As mentioned, the relative simplicity of compilation because of these choices — and the open nature of Meander — means that you can, in fact, just recompile it with your own choice of monospace font in seconds.

(No, really, Meander isn't designed at all for variable-width fonts and creates some very funny output if you try.)

The OFL and Font Distribution

The SIL Open Font License1 is weird and vague. In several cases, the FAQ contradicts the licence text itself and more than once internally contradicts itself within the same document.

The way in which Meander distributes the fonts that are bundled within the binary by the compiler resides in a poorly-defined area of the OFL. From detailed reading, I consider Meander's form of distribution to be 'bundling', which is a term that the OFL defines through context clues alone. Helpful.

To that end, the utmost care has been taken with Meander to bundle and distribute its accompanying fonts (under the philosophical goals of total platform agnosticism defined above) in the most compliant way possible within the oft-wishy washy framework of the OFL. Meander tries, where possible, to follow the spirit of the OFL as well as the letter.

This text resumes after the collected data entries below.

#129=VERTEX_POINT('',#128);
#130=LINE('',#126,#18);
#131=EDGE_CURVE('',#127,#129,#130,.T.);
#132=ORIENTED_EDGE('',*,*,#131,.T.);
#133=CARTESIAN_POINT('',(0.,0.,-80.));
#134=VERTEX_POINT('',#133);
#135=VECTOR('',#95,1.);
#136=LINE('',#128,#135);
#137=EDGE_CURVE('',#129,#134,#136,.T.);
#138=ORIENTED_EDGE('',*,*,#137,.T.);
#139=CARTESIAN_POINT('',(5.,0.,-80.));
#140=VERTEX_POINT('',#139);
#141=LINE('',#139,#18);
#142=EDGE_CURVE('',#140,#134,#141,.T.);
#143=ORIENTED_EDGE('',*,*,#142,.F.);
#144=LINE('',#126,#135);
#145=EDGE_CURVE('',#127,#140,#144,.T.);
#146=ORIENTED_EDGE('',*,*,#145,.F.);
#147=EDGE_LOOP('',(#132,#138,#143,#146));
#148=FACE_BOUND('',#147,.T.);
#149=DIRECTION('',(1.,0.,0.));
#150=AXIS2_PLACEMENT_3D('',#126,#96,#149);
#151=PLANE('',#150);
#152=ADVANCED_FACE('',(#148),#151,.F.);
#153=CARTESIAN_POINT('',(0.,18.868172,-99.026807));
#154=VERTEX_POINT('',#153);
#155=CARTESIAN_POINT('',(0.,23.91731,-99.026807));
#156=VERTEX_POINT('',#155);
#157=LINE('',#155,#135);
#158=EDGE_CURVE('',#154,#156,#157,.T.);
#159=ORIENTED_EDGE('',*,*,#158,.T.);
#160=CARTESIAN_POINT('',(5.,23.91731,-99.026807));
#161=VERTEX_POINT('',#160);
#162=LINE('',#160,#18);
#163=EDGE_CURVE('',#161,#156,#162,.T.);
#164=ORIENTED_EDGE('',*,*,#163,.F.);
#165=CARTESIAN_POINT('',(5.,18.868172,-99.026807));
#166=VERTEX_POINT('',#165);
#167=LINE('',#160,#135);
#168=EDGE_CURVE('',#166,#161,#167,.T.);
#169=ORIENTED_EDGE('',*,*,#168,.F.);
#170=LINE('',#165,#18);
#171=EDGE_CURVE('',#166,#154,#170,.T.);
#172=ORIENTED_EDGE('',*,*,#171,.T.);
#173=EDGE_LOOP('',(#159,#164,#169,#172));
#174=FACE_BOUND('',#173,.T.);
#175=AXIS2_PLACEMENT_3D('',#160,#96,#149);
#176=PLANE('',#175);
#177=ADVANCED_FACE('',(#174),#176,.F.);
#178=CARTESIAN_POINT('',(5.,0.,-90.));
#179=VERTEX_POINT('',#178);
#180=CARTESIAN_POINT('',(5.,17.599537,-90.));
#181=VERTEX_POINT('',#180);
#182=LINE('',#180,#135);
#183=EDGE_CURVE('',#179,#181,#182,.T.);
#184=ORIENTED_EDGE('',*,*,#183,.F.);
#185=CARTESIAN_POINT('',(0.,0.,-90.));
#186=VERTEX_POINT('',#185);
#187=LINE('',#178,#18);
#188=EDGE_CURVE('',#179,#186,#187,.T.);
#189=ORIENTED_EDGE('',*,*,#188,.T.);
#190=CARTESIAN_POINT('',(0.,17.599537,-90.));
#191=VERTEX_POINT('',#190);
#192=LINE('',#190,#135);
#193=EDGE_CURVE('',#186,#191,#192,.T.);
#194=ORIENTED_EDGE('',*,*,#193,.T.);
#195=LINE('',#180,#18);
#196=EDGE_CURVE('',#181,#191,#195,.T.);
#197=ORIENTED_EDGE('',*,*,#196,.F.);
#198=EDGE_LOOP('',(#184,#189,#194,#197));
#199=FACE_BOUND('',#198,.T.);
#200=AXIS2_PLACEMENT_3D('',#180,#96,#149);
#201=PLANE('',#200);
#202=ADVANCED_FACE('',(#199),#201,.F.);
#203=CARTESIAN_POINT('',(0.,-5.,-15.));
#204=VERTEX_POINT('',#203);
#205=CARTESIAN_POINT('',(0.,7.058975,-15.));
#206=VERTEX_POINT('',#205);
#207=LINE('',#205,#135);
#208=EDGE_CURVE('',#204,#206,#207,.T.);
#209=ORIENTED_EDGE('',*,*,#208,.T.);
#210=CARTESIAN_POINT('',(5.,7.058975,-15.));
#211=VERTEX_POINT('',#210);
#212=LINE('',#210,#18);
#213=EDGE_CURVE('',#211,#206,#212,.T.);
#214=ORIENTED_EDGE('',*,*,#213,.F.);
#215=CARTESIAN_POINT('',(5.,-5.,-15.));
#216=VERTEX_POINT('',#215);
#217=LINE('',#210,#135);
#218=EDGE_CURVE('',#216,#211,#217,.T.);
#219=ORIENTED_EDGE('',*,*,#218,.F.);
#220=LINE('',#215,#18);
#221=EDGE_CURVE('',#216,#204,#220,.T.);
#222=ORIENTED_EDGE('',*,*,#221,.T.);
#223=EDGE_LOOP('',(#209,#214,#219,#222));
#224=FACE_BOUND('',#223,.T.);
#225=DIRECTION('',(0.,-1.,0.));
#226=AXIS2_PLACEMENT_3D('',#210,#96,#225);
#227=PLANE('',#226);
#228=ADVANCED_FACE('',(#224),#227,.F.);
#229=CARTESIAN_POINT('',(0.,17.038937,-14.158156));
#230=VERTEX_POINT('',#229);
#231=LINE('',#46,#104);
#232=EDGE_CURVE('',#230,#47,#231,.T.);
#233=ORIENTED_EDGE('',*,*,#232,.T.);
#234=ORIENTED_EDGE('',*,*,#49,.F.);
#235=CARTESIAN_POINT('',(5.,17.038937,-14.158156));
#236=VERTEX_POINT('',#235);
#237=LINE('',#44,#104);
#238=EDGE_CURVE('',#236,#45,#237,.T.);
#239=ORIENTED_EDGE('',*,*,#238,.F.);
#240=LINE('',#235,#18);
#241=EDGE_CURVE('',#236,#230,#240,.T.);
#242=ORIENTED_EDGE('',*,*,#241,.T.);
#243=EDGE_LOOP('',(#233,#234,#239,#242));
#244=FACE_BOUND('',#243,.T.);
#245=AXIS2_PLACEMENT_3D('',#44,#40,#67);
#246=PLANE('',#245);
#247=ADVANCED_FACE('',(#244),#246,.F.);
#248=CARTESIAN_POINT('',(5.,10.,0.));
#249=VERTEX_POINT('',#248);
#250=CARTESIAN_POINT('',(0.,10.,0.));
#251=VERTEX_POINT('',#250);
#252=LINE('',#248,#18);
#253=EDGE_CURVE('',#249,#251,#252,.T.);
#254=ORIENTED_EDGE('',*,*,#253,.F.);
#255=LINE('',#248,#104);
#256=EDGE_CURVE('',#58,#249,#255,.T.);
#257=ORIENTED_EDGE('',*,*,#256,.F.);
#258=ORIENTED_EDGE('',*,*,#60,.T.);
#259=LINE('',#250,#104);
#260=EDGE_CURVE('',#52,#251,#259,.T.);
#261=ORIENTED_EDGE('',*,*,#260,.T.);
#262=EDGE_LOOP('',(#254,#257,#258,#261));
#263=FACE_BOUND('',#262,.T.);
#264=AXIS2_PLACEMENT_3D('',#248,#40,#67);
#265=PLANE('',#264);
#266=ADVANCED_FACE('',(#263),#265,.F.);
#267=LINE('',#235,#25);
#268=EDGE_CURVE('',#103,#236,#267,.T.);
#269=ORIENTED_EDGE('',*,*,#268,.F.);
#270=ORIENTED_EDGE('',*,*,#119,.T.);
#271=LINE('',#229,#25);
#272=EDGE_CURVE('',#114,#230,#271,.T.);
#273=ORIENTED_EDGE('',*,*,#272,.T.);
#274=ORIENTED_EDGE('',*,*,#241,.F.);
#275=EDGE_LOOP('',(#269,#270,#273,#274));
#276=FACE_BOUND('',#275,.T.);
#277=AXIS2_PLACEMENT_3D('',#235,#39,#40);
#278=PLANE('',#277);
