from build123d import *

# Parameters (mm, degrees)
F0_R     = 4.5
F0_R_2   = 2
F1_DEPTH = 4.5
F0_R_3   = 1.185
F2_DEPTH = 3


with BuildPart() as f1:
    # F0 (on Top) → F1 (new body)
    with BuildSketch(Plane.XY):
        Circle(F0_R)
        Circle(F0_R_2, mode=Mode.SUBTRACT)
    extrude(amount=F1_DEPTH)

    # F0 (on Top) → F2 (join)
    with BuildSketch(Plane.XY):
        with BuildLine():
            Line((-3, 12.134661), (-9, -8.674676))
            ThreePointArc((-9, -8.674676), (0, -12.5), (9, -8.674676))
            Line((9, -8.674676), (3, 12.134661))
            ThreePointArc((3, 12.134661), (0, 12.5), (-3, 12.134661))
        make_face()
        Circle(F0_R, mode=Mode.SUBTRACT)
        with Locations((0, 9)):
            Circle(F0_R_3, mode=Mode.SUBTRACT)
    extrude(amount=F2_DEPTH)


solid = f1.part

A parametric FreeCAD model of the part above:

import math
import FreeCAD as App
import Part
import Sketcher

doc = App.newDocument("Part")
params = doc.addObject("Spreadsheet::Sheet", "Params")
for row, (alias, value) in enumerate([
    ("sketch1_diameter", "9 mm"),
    ("sketch1_diameter2", "4 mm"),
    ("pad1_length", "4.5 mm"),
    ("sketch2_diameter", "9 mm"),
    ("sketch2_radius", "12.5 mm"),
    ("sketch2_diameter2", "2.37 mm"),
    ("pad2_length", "3 mm"),
], start=1):
    params.set(f"A{row}", alias)
    params.set(f"B{row}", "=" + value)
    params.setAlias(f"B{row}", alias)

body = doc.addObject("PartDesign::Body", "Body")

# Sketch on XY plane
sketch1 = body.newObject("Sketcher::SketchObject", "Sketch")
sketch1.AttachmentSupport = (doc.getObject("XY_Plane"), [""])
sketch1.MapMode = "FlatFace"
sketch1.addGeometry(Part.Circle(App.Vector(0, 0, 0), App.Vector(0, 0, 1), 4.5), False)
sketch1.addGeometry(Part.Circle(App.Vector(0, 0, 0), App.Vector(0, 0, 1), 2), False)
sketch1.addConstraint(Sketcher.Constraint("Coincident", 0, 3, -1, 1))
sketch1.addConstraint(Sketcher.Constraint("Coincident", 1, 3, -1, 1))
sketch1.addConstraint(Sketcher.Constraint("Diameter", 0, 9.0))
sketch1.addConstraint(Sketcher.Constraint("Diameter", 1, 4.0))
sketch1.setExpression("Constraints[2]", "Params.sketch1_diameter")
sketch1.setExpression("Constraints[3]", "Params.sketch1_diameter2")
pad1 = body.newObject("PartDesign::Pad", "Pad")
pad1.Profile = sketch1
pad1.setExpression("Length", "Params.pad1_length")

# Sketch on XY plane
sketch2 = body.newObject("Sketcher::SketchObject", "Sketch001")
sketch2.AttachmentSupport = (doc.getObject("XY_Plane"), [""])
sketch2.MapMode = "FlatFace"
sketch2.addGeometry(Part.LineSegment(App.Vector(-3, 12.1, 0), App.Vector(-9, -8.7, 0)), False)
sketch2.addGeometry(Part.ArcOfCircle(Part.Circle(App.Vector(0, 0, 0), App.Vector(0, 0, 1), 12.5), math.radians(-136), math.radians(-44)), False)
sketch2.addGeometry(Part.LineSegment(App.Vector(9, -8.7, 0), App.Vector(3, 12.1, 0)), False)
sketch2.addGeometry(Part.ArcOfCircle(Part.Circle(App.Vector(0, 0, 0), App.Vector(0, 0, 1), 12.5), math.radians(76), math.radians(104)), False)
sketch2.addGeometry(Part.Circle(App.Vector(0, 0, 0), App.Vector(0, 0, 1), 4.5), False)
sketch2.addGeometry(Part.Circle(App.Vector(0, 9, 0), App.Vector(0, 0, 1), 1.2), False)
sketch2.addConstraint(Sketcher.Constraint("Coincident", 0, 2, 1, 1))
sketch2.addConstraint(Sketcher.Constraint("Coincident", 1, 2, 2, 1))
sketch2.addConstraint(Sketcher.Constraint("Coincident", 2, 2, 3, 1))
sketch2.addConstraint(Sketcher.Constraint("Coincident", 3, 2, 0, 1))
sketch2.addConstraint(Sketcher.Constraint("Coincident", 1, 3, -1, 1))
sketch2.addConstraint(Sketcher.Constraint("Coincident", 3, 3, -1, 1))
sketch2.addConstraint(Sketcher.Constraint("Coincident", 4, 3, -1, 1))
sketch2.addConstraint(Sketcher.Constraint("PointOnObject", 5, 3, -2))
sketch2.addConstraint(Sketcher.Constraint("Horizontal", 0, 2, 1, 2))
sketch2.addConstraint(Sketcher.Constraint("Horizontal", 2, 2, 3, 2))
sketch2.addConstraint(Sketcher.Constraint("Diameter", 4, 9.0))
sketch2.addConstraint(Sketcher.Constraint("Radius", 1, 12.5))
sketch2.addConstraint(Sketcher.Constraint("Diameter", 5, 2.37))
sketch2.addConstraint(Sketcher.Constraint("DistanceY", -1, 1, 5, 3, 9.0))
sketch2.addConstraint(Sketcher.Constraint("DistanceX", 0, 2, -1, 1, 9.0))
sketch2.addConstraint(Sketcher.Constraint("DistanceX", -1, 1, 2, 2, 3.0))
sketch2.addConstraint(Sketcher.Constraint("Radius", 3, 12.499997))
sketch2.setExpression("Constraints[10]", "Params.sketch2_diameter")
sketch2.setExpression("Constraints[11]", "Params.sketch2_radius")
sketch2.setExpression("Constraints[12]", "Params.sketch2_diameter2")
pad2 = body.newObject("PartDesign::Pad", "Pad001")
pad2.Profile = sketch2
pad2.setExpression("Length", "Params.pad2_length")

doc.recompute()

FAQ 1.10 expressly admits that the OFL.txt text does not need to accompany the fonts when they are bundled within software, Meander does not distribute them nakedly in its binary release packages (see tool/build.sh).

This is upheld by Meander deliberately to prevent user confusion: a copy of the OFL without font files immediately visible to the user is more likely to cause furrowed brows than anything else.

FAQ 1.21, on the subject of closed distributions that contain fonts, states that the user cannot be legally prevented from extracting the fonts themselves; their open licence supercedes the software with with they're distributed.

To that effect, Meander provides a 'vomit' command in the form of —

meander fonts

— which will cause Meander to write its bundled fonts and their OFL and OFL-FAQ text to disk, thereby providing a complete, licence-compliant means of distribution. Meander, then, acts as an unnecessarily complex zip file in this case.

Meander also provides a credit command that provides full attribution for the bundled fonts.

Footnotes

  1. Their URL structure is also insane and that link is definitely going to die, so shout at me if it's ever broken.